▸ What is needed:
Copy each line of the material below that includes the string "holder".

▸ Given information:
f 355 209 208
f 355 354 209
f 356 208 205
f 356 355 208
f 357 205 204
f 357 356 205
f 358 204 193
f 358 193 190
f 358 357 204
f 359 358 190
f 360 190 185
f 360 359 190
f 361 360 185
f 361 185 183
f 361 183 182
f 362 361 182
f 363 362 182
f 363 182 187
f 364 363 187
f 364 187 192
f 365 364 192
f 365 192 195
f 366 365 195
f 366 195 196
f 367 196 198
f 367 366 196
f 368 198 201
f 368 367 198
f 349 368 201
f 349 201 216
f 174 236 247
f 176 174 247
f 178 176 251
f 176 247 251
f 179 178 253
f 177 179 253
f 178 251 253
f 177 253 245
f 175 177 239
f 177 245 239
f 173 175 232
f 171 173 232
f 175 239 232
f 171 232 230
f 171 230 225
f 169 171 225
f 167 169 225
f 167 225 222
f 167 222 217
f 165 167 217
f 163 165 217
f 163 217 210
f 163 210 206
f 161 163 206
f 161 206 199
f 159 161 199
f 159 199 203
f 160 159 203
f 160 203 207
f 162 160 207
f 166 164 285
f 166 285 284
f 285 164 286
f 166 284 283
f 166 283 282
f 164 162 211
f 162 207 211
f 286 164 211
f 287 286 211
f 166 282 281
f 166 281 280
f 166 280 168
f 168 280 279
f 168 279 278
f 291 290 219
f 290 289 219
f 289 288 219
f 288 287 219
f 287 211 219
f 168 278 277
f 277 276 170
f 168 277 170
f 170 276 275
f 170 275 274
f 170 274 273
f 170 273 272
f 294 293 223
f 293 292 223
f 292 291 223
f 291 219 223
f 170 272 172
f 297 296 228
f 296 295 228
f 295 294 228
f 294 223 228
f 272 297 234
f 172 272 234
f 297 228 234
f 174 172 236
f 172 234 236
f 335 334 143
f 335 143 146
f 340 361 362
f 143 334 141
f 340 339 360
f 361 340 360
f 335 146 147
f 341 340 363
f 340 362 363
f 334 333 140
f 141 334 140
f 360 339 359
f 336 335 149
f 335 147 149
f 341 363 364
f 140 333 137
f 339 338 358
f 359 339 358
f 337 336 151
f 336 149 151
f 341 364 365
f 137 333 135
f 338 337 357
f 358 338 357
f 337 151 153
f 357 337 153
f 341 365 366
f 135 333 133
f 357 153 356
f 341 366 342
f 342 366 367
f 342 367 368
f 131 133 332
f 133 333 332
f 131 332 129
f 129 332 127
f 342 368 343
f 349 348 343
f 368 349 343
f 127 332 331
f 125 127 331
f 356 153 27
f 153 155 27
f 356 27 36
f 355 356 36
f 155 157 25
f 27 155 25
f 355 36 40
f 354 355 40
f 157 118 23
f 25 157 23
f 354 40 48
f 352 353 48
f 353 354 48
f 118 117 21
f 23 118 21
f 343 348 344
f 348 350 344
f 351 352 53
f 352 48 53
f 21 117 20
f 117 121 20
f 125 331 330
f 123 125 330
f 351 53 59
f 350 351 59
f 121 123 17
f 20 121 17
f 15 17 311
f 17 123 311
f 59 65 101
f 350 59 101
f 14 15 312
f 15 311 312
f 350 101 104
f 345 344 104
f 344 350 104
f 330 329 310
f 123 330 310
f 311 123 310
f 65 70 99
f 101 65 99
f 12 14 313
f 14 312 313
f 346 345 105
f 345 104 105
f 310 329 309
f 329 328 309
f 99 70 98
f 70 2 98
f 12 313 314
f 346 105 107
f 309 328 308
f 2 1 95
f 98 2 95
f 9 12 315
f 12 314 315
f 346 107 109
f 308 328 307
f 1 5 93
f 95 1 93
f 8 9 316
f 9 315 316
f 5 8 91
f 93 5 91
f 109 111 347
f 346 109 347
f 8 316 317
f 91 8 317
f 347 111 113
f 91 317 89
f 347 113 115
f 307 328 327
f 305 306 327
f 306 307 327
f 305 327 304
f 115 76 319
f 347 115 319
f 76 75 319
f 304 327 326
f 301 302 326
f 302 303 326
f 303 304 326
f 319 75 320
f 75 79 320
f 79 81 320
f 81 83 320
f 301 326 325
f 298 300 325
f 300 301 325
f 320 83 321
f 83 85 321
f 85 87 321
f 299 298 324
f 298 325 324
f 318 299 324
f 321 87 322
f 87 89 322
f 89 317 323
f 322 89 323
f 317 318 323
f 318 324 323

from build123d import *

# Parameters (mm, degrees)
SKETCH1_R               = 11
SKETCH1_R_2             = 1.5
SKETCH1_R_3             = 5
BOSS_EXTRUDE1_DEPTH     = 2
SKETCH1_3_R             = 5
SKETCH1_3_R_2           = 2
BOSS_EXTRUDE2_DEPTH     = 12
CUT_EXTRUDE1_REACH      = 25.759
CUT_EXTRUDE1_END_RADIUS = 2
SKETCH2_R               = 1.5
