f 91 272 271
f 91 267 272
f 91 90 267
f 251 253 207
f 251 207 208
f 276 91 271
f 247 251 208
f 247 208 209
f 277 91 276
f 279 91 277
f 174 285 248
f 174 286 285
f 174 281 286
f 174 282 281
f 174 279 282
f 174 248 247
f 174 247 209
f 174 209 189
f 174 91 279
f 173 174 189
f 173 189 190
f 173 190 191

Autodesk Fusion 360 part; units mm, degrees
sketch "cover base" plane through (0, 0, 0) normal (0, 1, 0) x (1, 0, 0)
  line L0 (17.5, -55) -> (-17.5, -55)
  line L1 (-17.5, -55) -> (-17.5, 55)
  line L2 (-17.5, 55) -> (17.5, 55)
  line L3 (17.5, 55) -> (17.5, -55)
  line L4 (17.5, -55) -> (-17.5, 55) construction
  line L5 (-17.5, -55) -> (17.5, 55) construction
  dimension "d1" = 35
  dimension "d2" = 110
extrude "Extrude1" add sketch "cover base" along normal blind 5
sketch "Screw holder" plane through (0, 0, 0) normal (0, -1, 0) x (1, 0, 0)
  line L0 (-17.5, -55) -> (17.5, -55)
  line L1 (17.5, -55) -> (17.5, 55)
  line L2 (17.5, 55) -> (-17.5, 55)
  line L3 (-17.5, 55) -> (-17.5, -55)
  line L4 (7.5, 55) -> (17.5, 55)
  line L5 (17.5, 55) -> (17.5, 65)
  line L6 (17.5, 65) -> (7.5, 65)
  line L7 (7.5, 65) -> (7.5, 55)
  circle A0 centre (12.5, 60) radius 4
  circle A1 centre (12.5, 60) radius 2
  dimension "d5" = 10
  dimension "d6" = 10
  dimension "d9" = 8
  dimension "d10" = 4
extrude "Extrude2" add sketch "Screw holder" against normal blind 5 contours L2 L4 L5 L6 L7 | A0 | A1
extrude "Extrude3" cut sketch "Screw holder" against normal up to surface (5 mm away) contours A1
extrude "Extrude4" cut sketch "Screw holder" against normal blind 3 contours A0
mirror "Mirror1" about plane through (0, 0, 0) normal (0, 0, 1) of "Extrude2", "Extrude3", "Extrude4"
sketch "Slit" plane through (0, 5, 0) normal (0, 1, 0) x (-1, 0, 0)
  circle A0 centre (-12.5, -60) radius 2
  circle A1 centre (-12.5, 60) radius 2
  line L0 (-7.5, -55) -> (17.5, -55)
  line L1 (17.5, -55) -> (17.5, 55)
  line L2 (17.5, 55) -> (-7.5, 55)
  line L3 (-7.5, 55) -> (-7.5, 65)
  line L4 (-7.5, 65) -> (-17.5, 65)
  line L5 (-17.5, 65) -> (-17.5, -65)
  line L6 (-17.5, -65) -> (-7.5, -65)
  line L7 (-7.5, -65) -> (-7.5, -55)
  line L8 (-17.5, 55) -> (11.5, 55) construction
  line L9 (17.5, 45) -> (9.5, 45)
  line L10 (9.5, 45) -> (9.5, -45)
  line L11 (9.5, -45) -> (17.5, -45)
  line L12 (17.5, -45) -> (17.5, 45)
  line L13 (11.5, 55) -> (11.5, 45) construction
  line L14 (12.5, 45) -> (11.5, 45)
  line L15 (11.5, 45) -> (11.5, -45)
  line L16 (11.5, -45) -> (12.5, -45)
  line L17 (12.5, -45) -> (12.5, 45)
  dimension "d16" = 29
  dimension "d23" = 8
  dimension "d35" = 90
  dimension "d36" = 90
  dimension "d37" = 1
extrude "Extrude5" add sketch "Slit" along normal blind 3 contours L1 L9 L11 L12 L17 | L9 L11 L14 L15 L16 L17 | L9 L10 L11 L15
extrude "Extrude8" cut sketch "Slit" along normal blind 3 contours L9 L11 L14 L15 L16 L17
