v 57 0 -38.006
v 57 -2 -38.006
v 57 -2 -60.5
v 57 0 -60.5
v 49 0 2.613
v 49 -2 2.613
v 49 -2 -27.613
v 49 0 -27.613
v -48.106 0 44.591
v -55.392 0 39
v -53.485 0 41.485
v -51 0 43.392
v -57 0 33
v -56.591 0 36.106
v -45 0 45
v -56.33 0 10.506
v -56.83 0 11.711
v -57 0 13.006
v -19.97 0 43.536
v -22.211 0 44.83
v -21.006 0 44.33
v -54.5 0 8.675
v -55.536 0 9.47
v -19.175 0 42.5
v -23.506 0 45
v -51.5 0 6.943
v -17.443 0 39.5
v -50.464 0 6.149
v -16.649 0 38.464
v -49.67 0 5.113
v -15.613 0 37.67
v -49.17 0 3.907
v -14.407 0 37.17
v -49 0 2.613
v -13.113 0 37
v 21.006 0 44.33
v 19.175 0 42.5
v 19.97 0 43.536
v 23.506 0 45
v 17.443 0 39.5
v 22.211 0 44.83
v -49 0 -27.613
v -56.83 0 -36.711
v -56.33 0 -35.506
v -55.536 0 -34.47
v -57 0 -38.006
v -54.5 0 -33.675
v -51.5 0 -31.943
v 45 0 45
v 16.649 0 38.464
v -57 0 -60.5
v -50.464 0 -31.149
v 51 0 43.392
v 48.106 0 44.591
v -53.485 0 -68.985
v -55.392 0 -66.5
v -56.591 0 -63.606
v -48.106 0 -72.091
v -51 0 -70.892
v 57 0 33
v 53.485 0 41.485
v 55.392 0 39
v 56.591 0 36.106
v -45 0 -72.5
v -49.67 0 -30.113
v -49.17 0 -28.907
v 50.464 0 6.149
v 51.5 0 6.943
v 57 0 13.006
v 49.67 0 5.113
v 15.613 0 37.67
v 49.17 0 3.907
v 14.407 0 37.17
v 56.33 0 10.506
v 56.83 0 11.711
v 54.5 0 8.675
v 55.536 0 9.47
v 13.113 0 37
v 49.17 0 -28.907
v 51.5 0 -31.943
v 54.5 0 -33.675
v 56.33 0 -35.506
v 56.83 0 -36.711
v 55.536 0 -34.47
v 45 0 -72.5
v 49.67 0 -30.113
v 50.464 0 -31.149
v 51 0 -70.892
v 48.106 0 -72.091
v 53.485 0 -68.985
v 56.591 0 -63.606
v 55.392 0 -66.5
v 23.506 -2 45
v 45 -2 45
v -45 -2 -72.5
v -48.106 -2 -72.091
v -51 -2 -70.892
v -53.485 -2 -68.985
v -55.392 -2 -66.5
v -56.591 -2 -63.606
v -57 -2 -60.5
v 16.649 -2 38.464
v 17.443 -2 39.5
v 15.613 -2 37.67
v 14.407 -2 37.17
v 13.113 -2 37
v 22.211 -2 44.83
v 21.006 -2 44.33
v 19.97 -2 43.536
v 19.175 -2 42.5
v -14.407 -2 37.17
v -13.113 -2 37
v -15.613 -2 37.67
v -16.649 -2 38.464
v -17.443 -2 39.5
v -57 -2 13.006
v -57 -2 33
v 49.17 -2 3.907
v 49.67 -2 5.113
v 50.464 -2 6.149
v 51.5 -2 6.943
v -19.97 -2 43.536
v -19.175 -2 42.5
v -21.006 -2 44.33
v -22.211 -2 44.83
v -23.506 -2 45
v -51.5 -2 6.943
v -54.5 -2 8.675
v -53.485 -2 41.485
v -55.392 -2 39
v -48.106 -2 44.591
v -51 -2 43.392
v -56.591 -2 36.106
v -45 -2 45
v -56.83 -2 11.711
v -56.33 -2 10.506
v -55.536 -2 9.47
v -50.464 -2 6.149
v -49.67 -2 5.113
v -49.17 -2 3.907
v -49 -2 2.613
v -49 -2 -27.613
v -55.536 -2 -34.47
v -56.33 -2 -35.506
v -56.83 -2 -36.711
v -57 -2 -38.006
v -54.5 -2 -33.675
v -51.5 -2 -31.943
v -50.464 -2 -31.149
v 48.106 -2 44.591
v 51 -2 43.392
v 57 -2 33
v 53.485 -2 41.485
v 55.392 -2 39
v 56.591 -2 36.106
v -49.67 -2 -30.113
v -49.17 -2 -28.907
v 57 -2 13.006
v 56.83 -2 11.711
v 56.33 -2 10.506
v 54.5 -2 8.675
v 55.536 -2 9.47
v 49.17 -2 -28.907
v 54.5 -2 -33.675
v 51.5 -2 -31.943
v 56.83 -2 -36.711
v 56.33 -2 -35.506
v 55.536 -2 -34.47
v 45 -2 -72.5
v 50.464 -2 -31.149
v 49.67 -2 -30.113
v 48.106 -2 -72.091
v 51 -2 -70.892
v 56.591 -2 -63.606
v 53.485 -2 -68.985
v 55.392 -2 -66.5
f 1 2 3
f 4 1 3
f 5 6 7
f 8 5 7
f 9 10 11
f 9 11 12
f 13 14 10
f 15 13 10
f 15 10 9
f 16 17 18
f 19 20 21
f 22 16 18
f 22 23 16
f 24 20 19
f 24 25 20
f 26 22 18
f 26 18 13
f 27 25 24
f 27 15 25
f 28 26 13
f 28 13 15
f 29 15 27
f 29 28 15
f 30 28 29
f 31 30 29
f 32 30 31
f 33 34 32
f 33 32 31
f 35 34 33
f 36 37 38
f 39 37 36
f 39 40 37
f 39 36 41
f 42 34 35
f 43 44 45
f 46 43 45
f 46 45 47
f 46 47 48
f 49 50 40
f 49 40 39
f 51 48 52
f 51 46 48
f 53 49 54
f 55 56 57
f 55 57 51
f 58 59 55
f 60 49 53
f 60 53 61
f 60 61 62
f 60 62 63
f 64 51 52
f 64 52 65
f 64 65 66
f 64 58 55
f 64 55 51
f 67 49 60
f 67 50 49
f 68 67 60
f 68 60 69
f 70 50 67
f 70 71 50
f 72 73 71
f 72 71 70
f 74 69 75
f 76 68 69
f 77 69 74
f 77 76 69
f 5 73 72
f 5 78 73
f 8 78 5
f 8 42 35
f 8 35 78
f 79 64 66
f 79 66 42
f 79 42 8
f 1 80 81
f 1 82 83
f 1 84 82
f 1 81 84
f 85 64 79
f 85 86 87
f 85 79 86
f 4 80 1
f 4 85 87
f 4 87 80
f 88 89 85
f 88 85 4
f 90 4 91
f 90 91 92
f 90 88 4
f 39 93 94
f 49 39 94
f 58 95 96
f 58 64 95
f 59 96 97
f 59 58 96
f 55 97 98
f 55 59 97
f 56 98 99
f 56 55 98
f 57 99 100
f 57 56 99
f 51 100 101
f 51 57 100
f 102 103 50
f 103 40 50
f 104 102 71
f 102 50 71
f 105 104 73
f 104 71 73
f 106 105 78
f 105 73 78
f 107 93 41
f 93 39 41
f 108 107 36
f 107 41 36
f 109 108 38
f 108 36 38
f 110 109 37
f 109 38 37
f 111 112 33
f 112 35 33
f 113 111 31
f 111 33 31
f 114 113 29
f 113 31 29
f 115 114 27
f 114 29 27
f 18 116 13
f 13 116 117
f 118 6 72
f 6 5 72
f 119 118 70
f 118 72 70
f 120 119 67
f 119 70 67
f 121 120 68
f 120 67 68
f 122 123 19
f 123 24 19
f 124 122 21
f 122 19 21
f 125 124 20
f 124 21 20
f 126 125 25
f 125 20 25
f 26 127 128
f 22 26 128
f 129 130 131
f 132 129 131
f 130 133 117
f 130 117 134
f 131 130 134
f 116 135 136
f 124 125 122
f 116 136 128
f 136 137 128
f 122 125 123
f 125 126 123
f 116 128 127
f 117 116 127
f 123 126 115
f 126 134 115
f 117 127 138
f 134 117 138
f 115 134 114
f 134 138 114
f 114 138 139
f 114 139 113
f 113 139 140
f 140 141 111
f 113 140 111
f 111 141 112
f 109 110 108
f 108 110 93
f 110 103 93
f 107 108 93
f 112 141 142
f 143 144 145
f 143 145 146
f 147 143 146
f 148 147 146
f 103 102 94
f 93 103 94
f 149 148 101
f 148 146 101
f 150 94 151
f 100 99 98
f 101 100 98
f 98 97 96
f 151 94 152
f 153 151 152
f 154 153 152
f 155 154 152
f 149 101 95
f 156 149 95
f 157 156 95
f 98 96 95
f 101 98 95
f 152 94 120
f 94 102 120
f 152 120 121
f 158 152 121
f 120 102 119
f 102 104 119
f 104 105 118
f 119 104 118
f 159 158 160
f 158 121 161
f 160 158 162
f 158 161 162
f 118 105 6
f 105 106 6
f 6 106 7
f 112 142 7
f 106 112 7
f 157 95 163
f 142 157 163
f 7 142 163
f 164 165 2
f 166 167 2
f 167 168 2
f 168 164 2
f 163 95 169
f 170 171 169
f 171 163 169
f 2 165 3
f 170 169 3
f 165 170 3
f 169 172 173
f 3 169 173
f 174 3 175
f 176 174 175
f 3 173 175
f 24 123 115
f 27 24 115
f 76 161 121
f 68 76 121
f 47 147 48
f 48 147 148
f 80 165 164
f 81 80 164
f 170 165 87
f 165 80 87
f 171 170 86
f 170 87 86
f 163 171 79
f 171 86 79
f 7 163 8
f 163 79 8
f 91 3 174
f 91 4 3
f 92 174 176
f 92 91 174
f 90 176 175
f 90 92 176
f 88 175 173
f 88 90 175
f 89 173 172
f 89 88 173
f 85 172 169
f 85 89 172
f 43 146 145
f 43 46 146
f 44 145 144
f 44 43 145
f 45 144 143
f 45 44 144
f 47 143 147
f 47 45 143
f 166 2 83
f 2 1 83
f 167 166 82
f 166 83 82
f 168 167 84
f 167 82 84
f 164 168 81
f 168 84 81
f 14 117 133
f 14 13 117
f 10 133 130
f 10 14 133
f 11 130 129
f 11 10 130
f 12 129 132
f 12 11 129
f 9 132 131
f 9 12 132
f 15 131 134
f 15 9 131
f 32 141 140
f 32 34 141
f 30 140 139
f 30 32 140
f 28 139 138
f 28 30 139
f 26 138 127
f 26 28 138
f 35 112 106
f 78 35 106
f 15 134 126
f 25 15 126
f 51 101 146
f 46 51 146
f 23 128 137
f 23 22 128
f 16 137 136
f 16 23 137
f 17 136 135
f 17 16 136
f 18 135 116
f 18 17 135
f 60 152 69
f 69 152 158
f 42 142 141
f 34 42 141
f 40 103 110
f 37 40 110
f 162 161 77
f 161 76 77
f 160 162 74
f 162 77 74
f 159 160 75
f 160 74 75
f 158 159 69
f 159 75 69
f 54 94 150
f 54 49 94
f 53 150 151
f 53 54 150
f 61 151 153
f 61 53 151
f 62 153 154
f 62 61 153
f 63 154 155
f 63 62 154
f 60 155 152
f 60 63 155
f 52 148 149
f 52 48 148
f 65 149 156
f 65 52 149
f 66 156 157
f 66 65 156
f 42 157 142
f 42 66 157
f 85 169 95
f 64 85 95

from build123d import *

# Parameters (mm, degrees)
BOSS_EXTRUDE1_START = -2
BOSS_EXTRUDE1_DEPTH = 2
FILLET1_R           = 12
FILLET2_R           = 5
FILLET3_R           = 5


with BuildPart() as part:
    # Boss-Extrude1: read off the stored shape, not the designer's step
    # Boss-Extrude1 outline → Boss-Extrude1 (new body)
    with BuildSketch(Plane(origin=(0, 0, 0), x_dir=(1, 0, 0), z_dir=(0, 1, 0)).offset(BOSS_EXTRUDE1_START)):
        Polygon((57, 35.118802154), (57, 72.5), (-57, 72.5), (-57, 35.118802154), (-49, 30.5), (-49, -5.5), (-57, -10.118802154), (-57, -45), (-20.618802154, -45), (-16, -37), (16, -37), (20.618802154, -45), (57, -45), (57, -10.118802154), (49, -5.5), (49, 30.5), align=None)
    extrude(amount=BOSS_EXTRUDE1_DEPTH)

    # Fillet1
    fillet1_edges = [part.edges().sort_by_distance(p)[0] for p in [
        (57, -1, 45),
        (-57, -1, 45),
        (-57, -1, -72.5),
        (57, -1, -72.5),
    ]]
    fillet(fillet1_edges, radius=FILLET1_R)

    # Fillet2
    fillet2_edges = [part.edges().sort_by_distance(p)[0] for p in [
        (57, -1, -35.118802154),
        (57, -1, 10.118802154),
        (20.618802154, -1, 45),
        (-20.618802154, -1, 45),
        (-57, -1, 10.118802154),
        (-57, -1, -35.118802154),
    ]]
    fillet(fillet2_edges, radius=FILLET2_R)

    # Fillet3
    fillet3_edges = [part.edges().sort_by_distance(p)[0] for p in [
        (49, -1, -30.5),
        (49, -1, 5.5),
        (16, -1, 37),
        (-16, -1, 37),
        (-49, -1, 5.5),
        (-49, -1, -30.5),
    ]]
    fillet(fillet3_edges, radius=FILLET3_R)


solid = part.part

▸ Solution:
sketch "Screw holder" plane through (0, 0, 0) normal (0, -1, 0) x (1, 0, 0)
extrude "Extrude2" add sketch "Screw holder" against normal blind 5 contours L2 L4 L5 L6 L7 | A0 | A1
extrude "Extrude3" cut sketch "Screw holder" against normal up to surface (5 mm away) contours A1
extrude "Extrude4" cut sketch "Screw holder" against normal blind 3 contours A0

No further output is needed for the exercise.